Anybody ever turn any Sweetgum? Had a pretty good one taken down, and was curious if it was worth working up to turn. Looks kinda plain from the outside, but we never know. Thoughts????


----------



## Schroedc (Aug 26, 2014)

I've turned some pens from it and been pleased, I know there are a few turners that use it here. 

Here was one piece in progress a while back- http://woodbarter.com/threads/curly-sweet-gum-in-progress.15018/#post-184590


----------



## NYWoodturner (Aug 26, 2014)

Here is a link to a piece that I turned.http://woodbarter.com/threads/georgia-sweeeet-gum.9187/#post-114418
It turned like butter and the color and grain was amazing.
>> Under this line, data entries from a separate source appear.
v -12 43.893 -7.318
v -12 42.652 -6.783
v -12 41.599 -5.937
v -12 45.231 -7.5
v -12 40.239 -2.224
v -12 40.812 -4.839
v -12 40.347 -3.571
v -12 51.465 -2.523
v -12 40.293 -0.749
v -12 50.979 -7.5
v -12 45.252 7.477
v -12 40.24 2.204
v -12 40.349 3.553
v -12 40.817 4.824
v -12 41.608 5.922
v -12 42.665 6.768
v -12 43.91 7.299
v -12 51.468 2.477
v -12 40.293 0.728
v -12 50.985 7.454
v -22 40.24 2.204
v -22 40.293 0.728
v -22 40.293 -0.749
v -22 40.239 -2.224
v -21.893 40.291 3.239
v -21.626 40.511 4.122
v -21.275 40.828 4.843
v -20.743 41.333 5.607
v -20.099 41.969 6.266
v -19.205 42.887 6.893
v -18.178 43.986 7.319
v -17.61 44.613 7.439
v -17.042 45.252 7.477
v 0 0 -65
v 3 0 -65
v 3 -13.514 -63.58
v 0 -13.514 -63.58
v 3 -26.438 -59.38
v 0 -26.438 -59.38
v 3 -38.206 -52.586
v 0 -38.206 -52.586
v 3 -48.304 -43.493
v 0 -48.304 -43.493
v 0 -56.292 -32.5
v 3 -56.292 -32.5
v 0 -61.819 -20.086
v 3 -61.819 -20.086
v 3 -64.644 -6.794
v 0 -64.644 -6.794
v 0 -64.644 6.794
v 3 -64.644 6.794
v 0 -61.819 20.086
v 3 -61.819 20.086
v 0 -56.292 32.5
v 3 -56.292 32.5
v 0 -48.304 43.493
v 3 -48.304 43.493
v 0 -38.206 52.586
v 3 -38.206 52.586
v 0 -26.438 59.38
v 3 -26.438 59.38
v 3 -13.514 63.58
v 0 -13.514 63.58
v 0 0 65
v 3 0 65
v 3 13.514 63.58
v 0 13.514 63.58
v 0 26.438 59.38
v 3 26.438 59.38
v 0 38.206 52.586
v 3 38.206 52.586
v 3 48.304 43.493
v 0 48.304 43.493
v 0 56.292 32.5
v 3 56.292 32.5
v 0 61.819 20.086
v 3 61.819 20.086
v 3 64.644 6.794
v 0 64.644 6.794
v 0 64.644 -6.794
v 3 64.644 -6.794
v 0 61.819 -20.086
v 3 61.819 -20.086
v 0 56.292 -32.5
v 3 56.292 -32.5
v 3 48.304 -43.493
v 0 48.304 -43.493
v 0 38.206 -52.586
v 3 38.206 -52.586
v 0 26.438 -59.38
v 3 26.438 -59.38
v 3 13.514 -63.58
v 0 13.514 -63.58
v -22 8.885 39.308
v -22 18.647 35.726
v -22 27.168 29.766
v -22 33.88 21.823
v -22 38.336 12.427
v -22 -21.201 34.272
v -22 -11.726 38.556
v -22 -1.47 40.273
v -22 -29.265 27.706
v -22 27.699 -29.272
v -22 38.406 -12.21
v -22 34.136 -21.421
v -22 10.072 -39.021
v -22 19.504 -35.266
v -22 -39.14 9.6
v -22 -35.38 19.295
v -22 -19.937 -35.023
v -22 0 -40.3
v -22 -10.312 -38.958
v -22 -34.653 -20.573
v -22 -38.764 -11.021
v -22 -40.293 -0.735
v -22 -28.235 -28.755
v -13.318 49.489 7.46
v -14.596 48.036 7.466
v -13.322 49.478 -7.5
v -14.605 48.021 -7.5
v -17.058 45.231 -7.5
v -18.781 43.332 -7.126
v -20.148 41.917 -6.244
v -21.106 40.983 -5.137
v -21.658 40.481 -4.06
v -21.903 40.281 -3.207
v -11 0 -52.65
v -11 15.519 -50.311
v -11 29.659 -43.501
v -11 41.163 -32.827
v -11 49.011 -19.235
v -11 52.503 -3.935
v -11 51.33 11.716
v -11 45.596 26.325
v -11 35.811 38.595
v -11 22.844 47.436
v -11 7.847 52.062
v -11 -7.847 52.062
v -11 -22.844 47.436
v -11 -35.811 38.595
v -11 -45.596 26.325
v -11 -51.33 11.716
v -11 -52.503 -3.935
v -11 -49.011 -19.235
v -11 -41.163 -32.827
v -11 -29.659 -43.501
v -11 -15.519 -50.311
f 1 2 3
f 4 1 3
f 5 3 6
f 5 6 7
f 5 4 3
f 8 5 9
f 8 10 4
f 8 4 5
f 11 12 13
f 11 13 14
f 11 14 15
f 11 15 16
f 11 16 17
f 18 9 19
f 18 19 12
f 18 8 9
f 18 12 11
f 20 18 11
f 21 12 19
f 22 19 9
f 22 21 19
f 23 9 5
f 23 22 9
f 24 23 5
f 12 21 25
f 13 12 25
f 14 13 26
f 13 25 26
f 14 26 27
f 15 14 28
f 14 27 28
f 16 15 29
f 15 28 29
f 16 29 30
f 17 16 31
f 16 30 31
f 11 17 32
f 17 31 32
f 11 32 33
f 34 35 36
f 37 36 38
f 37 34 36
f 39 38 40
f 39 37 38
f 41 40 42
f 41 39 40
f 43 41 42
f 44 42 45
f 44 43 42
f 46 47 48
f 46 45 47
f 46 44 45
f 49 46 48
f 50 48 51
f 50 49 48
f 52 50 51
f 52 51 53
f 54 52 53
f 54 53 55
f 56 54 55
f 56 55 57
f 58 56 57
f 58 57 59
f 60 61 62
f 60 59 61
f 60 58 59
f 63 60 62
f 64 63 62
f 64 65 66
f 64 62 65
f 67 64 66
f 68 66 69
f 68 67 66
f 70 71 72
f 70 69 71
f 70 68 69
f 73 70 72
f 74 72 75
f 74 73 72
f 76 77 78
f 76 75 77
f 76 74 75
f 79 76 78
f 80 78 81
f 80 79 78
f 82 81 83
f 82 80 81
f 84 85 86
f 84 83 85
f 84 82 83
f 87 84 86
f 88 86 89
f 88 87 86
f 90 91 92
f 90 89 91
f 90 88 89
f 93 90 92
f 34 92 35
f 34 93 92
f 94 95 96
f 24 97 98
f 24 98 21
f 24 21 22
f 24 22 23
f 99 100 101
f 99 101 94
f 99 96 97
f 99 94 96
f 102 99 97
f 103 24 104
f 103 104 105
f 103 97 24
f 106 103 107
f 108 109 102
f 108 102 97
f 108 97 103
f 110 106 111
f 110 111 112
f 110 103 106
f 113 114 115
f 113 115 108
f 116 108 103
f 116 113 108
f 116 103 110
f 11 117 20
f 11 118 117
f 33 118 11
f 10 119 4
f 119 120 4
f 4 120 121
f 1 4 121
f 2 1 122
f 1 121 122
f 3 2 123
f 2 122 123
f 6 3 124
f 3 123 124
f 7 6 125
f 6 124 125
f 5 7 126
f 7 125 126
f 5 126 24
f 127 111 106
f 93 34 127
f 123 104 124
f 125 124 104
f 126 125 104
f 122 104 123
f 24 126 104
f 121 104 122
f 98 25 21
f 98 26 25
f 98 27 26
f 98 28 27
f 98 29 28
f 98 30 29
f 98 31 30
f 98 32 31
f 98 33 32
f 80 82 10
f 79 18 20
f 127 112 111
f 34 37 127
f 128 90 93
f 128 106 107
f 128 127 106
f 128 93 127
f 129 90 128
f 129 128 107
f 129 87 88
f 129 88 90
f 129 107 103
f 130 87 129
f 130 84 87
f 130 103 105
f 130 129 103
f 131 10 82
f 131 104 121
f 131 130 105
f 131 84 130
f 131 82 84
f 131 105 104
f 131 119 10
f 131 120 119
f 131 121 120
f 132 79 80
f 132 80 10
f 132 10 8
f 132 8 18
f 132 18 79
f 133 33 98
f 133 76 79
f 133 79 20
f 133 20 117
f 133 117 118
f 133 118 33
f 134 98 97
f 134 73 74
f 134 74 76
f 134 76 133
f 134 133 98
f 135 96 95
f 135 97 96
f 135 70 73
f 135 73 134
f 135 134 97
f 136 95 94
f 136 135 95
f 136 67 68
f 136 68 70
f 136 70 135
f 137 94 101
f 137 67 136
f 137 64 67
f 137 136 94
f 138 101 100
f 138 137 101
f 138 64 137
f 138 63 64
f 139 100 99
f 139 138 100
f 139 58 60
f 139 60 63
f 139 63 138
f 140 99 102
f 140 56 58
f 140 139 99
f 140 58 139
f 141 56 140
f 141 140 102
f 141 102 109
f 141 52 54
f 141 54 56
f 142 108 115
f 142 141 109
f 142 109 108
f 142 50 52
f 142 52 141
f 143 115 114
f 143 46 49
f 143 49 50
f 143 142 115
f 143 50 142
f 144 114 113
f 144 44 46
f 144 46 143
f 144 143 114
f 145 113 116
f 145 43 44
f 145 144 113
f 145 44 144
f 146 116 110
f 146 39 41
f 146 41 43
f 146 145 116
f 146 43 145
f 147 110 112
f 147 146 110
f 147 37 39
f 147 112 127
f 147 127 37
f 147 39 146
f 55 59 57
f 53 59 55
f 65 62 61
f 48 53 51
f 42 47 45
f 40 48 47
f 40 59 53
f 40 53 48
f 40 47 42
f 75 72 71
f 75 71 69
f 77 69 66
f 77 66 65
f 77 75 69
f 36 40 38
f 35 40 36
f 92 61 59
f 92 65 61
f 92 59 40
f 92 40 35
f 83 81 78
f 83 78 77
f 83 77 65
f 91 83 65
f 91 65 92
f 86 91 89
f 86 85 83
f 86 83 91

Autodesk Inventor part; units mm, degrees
ref_plane "YZ Plane" through (0, 0, 0) normal (1, 0, 0) x (0, 1, 0)
ref_plane "XZ Plane" through (0, 0, 0) normal (0, 1, 0) x (-1, 0, 0)
ref_plane "XY Plane" through (0, 0, 0) normal (0, 0, 1) x (1, 0, 0)
sketch "Sketch2" plane through (0, 0, 0) normal (0, 1, 0) x (-1, 0, 0)
  line L0 (0, 0) -> (0, -65)
  line L1 (0, 0) -> (22, 0)
  line L2 (22, 0) -> (22, -40.3)
  line L3 (22, -40.3) -> (0, -65)
  dimension "d4" = 65
  dimension "d5" = 22
  dimension "d6" = 40.3
revolve "Revolution1" add sketch "Sketch2" angle 360 about axis through (0, 0, 0) along (-1, 0, 0)
sketch "Sketch3" plane through (-22, 0, 0) normal (-1, 0, 0) x (0, 0, 1)
  circle A0 centre (0, 0) radius 40.3 projected
  line L0 (0, 40.3) -> (0, 64.3)
  line L1 (0, 64.3) -> (-7.5, 64.3)
  line L2 (-7.5, 64.3) -> (-7.5, 45.231)
  line L3 (0, 64.3) -> (7.4, 64.3)
  line L4 (7.4, 64.3) -> (7.4771, 45.2525)
  arc A1 (2.2037, 40.2397) -> (-2.2241, 40.2386) centre (0, 0) ccw
  arc A2 (-7.5, 45.231) -> (-2.2241, 40.2386) centre (-2.5, 45.231) ccw
  arc A3 (2.2037, 40.2397) -> (7.4771, 45.2525) centre (2.4771, 45.2322) ccw
  point P0 (-7.5, 39.596)
  point P1 (7.5, 39.596)
  dimension "d11" = 24
  dimension "d12" = 7.5
  dimension "d13" = 7.4
  dimension "d17" = 5
extrude "Extrusion1" cut sketch "Sketch3" against normal blind 10 contours A0 L0 L3 L4 A3 | A2 L2 L1 L0 A0
sketch "Sketch4" plane through (-22, 0, 0) normal (-1, 0, 0) x (0, 0.0003, 1)
  point P0 (0, 0)
sketch "Sketch6" plane through (-12, 0, 0) normal (-1, 0, 0) x (0, 0, 1)
  point P0 (0, 0)
sketch "Sketch7" plane through (-22, 0, 0) normal (-1, 0, 0) x (0, 0.0003, 1)
  point P0 (0, 0)
sketch "Sketch8" plane through (0, 0, 0) normal (1, 0, 0) x (0, 0, -1)
  circle A0 centre (0, 0) radius 65
extrude "Extrusion2" add sketch "Sketch8" along normal blind 3
sketch "Sketch10" plane through (-22, 0, 0) normal (-1, 0, 0) x (0, 0.0003, 1)
  line L0 (0, 0) -> (-112.4723, 0)
  line L1 (-112.4723, 0) -> (-112.4723, -208.2132)
  line L2 (-112.4723, -208.2132) -> (0, -208.2132)
  line L3 (0, -208.2132) -> (0, 0)
properties part number "Handle Gearbox" material "PC/ABS Plastic"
Don't discount it too quickly.


----------



## Treecycle Hardwoods (Aug 26, 2014)

NYWoodturner said:


> Here is a link to a piece that I turned.http://woodbarter.com/threads/georgia-sweeeet-gum.9187/#post-114418
> It turned like butter and the color and grain was amazing. Don't discount it too quickly.


I forgot about that one til you posted the link! Sweet piece.

Reactions: Thank You! 1


----------



## robert flynt (Aug 26, 2014)

If you let it spalt it looks really nice. Have a friend who turns a lot of it that is spalted . He turns it thin and soaks it in linseed oil so when you hold it up to the light you can see light through the wood.


----------



## Dennis Ford (Aug 26, 2014)

I have turned quite a bit of it. 
Positives:
* The sapwood is easy to spalt
* It turns easily and sands easily
* The heartwood is often beautiful
* It is readily available in my area
Negatives:
* The sapwood is very bland unless spalted (many trees are all sapwood).
* It shrinks a LOT when drying
* It is fairly soft

Reactions: Informative 2


----------



## Overtrim (Sep 8, 2014)

Dennis Ford said:


> I have turned quite a bit of it.
> Positives:
> * The sapwood is easy to spalt
> 
> In about 2 weeks standing on end in the ground outside with a couple of rains.


----------